Story
In December 2021, my older sister Tiffany chose to fight for her life after a devastating ovarian cancer diagnosis at the age of 42. After undergoing several grueling rounds of chemo and a life-saving surgery to remove the tumor (aka Barry, as my sister hilarious named it), she was told by her medical team in May 2022 that she was in remission. While Chris and Tiffany celebrated this moment with loved ones on their 10th wedding anniversary, just five months of remission ended when the my sister had learned that the cancer had returned. CT scans showed that it was in her lower intestinal wall and CA-125 blood tests were alarmingly high, suggesting that it was far more aggressive this time.
A year later and several procedures in, including two forms of chemo, my sister's life changed as Barry tried to take everything from her and those that love her. She had been in and out of the hospital nearly every month since the cancer returned, refusing to give up as Barry tried to steal her life. Heartbreakingly, it was not long after this news that we all learned that the various treatments and procedures my sister was doing to live a full life were having little to no effect. Tiff's medical team informed her that her condition was terminal. She was presented with two options: enter hospice where her comfort would be prioritized or try returning to the original chemo treatment that gave her five months of remission, all in the hopes of having just a little more time.
My sister chose to begin chemo again, hoping that it would keep the cancer at bay and allow her more time to create memories with the things and people she loved most in this world. It was not a cure, but it was something. Tiff wanted to spend more time with her husband Chris, with her family, and with the chosen family she had in her friends. She wanted to be able to ride her horse Chip some more and get wet nose boops from her 140lbs Great Dane pup, Quin. Tiff wanted to travel, even if that meant just a camping trip a couple hours away, and take in the beauty that she somehow continued to see even when faced with the reality of a terminal illness.
Thankfully, Tiff's choice to use chemo treatments to give her a little more time on this Earth worked. We were all gifted a couple more months with her that I do not believe she would have had otherwise. I am so thankful for that time and for the ability to have been able to make memories with her over those last couple months. We all are. I am also deeply heartbroken that, in March 2024, her body was left weakened after developing COVID and she was taken to the hospital. My sister had already been through more than anyone deserved and she was tired. Tired of constant hospital admissions, of the continuous pain, and of not being able to return to the life she hoped would be waiting for her.
After a couple weeks in the hospital, she had stabilized enough to be released as spring had begun and went back to the comfort of her home in April. She did so with the intent of entering hospice and seemed to feel comfort in knowing she could remain at her home, surrounded by her husband and critters that loved her so much. A couple weeks since being discharged, my sister made the official decision to enter hospice. The reality of this decision was devastating, while also seeming to be a decision that brought Tiff peace. She wanted respite after so many years of trying to come out the otherside healthy. We were all devastated by this choice and, myself personally, tried to take comfort in the thought that this allowed her the most autonomy from a disease that had all but taken her ability to make her own choices. On May 10th, 2024, Tiff passed away. She was surrounded by those who loved her and wished her to finally have the peace she not only wished for, but so deserved.
No one should have to be as strong as my sister had to be. No one should have to fight so hard for the hope of having a future, let alone for just a little more time to experience the world. A few days before she passed, I remember Tiff tearfully telling me that she hoped something positive could come from her pain. That she wished for her memory to live on not just in those who cherished the remarkable human being she was and is, but also in a way that could help those who were trying to navigate a similar reality with cancer. For this reason, I have partnered with St. Luke's to raise as much as possible for their Oncology department through my participation in the St. Luke's D&L Marathon. Set to take place on November 10th, 2024, I will be checking off my fourth marathon with this one and doing so just a month after finishing my third Chicago Marathon.

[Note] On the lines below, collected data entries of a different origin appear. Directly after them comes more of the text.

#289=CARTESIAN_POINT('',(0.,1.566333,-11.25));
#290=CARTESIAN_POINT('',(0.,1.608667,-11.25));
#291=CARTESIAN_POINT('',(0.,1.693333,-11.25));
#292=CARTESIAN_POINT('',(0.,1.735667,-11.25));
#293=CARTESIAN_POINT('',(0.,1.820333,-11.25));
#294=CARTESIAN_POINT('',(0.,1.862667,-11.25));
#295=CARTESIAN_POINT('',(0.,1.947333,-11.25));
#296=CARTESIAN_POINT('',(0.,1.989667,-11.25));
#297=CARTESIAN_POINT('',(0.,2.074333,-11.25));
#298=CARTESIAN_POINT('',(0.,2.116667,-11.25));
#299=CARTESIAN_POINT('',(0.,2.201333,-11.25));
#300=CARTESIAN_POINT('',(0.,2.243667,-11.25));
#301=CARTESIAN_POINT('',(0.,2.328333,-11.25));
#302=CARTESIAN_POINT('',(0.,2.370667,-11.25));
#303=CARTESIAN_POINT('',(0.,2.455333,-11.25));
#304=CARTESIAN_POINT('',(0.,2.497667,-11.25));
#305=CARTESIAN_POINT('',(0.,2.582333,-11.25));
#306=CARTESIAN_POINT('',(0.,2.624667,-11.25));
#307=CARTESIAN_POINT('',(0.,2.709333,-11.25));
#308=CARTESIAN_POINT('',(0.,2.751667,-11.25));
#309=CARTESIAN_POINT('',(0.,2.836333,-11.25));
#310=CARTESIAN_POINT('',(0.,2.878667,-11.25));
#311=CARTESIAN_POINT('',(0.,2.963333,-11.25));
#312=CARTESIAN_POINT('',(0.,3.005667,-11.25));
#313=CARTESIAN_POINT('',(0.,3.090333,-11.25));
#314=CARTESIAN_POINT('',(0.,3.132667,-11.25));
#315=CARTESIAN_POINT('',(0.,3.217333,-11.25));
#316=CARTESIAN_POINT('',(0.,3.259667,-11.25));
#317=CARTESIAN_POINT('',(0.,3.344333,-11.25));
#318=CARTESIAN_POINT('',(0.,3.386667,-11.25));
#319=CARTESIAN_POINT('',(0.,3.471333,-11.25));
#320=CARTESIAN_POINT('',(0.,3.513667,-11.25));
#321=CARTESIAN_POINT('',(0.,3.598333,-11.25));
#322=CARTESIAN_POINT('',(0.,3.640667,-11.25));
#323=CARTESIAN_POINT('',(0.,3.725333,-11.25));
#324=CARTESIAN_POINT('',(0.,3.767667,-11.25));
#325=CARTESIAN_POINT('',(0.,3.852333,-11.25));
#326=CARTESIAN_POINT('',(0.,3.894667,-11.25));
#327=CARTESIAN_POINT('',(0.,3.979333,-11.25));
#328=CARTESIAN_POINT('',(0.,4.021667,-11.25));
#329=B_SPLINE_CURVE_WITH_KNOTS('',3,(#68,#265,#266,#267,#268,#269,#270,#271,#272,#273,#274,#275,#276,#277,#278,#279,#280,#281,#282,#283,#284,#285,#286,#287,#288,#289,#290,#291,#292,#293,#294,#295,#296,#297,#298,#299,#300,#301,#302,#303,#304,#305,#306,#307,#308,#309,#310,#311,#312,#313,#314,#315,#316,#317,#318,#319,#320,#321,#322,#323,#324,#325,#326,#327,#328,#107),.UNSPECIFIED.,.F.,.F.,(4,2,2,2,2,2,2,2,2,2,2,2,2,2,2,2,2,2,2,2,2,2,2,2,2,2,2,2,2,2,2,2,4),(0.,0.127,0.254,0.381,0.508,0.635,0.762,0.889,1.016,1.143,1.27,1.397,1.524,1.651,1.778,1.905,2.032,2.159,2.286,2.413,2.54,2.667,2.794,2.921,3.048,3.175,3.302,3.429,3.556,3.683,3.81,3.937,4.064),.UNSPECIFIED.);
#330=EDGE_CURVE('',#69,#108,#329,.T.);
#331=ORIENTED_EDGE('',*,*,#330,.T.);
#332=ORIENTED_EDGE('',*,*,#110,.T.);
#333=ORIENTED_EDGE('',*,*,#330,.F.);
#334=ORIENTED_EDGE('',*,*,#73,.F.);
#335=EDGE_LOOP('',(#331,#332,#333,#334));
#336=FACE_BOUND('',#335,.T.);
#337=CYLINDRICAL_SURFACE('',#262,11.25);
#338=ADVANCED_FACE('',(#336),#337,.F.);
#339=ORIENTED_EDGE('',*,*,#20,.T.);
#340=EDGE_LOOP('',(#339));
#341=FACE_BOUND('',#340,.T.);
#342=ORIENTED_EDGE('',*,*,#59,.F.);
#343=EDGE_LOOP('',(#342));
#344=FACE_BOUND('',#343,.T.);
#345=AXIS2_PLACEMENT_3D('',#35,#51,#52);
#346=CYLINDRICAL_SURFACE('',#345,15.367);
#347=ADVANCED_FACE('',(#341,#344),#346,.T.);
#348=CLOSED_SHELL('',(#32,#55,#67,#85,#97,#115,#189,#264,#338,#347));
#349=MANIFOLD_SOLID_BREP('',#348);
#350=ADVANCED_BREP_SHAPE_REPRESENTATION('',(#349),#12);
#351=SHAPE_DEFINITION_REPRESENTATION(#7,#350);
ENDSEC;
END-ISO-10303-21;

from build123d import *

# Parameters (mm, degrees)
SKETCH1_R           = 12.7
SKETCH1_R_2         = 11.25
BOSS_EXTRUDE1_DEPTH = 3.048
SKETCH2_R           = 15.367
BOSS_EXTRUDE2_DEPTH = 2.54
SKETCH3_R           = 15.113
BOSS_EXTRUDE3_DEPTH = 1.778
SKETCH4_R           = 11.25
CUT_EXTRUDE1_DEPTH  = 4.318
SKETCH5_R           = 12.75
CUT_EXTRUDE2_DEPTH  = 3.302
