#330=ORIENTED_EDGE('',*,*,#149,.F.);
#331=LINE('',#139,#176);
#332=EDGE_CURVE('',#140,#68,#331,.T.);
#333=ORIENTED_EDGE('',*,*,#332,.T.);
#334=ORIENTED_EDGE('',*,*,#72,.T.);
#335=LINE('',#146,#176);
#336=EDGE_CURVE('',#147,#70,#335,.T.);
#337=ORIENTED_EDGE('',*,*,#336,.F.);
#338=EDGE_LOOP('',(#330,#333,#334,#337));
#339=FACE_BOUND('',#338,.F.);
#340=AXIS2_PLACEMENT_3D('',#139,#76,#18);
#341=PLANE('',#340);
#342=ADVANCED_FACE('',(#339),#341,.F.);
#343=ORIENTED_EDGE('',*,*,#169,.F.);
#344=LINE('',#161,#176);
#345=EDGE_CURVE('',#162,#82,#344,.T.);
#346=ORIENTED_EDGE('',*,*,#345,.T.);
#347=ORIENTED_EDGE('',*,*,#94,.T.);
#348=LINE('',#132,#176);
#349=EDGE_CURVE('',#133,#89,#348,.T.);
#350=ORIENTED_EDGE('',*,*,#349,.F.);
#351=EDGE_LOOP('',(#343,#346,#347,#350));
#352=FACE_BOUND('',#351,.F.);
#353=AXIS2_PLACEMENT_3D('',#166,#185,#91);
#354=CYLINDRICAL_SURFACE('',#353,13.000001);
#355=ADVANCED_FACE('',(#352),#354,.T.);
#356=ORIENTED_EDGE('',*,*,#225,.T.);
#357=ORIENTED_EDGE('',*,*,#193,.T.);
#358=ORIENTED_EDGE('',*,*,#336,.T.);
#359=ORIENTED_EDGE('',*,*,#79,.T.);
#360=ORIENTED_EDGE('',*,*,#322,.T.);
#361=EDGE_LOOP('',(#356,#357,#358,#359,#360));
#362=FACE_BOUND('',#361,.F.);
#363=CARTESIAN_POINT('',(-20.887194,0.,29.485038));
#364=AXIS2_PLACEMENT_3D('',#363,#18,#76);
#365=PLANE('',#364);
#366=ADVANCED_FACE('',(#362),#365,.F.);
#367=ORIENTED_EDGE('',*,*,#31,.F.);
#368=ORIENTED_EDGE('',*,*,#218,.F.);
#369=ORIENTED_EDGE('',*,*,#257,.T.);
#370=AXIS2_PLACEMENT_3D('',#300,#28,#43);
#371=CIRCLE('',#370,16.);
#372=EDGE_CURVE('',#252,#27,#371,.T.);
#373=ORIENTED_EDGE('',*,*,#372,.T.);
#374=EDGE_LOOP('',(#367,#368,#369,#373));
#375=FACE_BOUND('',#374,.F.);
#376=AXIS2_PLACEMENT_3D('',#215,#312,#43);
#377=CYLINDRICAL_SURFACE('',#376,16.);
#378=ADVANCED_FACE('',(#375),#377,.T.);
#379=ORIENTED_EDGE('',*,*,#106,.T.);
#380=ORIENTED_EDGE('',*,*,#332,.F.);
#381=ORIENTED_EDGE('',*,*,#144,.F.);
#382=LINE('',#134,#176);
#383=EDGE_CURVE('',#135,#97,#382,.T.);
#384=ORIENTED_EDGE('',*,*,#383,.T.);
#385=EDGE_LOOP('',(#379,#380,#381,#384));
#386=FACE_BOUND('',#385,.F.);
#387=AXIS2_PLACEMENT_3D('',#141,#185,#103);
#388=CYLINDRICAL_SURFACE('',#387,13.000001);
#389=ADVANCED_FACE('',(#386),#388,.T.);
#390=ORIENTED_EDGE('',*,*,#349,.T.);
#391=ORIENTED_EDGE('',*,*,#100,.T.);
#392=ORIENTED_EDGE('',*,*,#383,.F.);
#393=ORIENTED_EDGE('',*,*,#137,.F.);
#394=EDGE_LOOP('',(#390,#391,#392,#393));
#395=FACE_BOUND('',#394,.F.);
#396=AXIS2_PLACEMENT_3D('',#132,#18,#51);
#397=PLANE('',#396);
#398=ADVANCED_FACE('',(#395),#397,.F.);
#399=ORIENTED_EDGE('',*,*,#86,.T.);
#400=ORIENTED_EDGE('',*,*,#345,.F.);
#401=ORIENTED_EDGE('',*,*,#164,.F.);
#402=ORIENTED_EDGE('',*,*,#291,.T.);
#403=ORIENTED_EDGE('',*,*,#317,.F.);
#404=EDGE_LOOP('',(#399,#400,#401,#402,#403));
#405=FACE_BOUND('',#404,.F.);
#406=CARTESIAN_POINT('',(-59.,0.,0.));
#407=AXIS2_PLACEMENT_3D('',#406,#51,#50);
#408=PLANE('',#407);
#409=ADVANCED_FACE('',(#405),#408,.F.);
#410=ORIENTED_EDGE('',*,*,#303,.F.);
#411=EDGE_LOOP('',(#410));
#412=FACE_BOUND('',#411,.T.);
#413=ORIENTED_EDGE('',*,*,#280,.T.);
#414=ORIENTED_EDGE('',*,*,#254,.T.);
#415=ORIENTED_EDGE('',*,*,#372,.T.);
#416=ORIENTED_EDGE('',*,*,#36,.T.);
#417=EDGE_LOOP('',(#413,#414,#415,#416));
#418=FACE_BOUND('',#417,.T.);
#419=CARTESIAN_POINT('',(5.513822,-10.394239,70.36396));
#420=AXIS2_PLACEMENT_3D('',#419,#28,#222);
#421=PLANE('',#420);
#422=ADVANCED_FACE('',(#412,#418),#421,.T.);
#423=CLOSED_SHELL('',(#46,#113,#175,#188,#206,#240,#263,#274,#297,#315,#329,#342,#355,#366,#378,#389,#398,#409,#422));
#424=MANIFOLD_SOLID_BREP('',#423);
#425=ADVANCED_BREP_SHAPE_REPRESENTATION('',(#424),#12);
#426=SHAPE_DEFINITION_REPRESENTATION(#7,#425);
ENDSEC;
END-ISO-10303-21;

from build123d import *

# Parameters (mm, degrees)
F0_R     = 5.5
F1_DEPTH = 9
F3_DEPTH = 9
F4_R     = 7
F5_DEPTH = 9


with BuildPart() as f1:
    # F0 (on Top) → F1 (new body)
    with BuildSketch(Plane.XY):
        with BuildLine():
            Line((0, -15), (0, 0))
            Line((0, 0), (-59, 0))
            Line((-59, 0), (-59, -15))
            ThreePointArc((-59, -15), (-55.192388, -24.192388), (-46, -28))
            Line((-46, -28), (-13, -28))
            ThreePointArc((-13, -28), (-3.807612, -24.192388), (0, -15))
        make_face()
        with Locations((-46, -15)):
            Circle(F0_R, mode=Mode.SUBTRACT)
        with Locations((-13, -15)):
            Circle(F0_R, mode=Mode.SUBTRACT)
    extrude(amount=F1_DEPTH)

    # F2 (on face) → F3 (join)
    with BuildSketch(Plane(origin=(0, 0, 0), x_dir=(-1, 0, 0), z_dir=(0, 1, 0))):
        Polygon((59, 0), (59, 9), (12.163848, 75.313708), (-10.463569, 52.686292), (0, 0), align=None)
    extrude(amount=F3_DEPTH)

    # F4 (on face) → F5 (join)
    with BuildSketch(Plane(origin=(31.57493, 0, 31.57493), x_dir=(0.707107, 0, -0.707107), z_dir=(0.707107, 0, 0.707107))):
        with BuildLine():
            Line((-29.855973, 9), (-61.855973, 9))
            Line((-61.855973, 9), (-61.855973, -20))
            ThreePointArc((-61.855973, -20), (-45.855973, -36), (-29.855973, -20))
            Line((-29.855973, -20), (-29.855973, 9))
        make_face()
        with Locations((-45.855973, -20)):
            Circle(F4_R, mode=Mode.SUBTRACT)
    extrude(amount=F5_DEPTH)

Before my sisters illness, my motivation for running was solely for my own mental health and for the sense of strength gained from tacking on the miles. With my sisters diagnosis and passing, she became my motivation. I run because Barry took away my sisters ability to do all the activities that brought her joy and and sense of belonging in this world - hiking, horseback riding, gardening. I run because I am lucky enough to have a body that allows me to do so, knowing full well that there are many who do not and wish they could. And I run in hopes that my sister is with me, in spirit, for every step.
I hope you and those you know will help me in remembering the beauty that is my sister Tiffany. With an ambitious goal set at $15,000 for St. Luke's, my desire is to be able to give as much as possible to them so that they can help as many as possible. No amount is too small and every small movement forward helps. I thank you all, regardless of if you knew my sister personally or not, for your help in making my sister's wish to help others diagnosed with cancer a reality.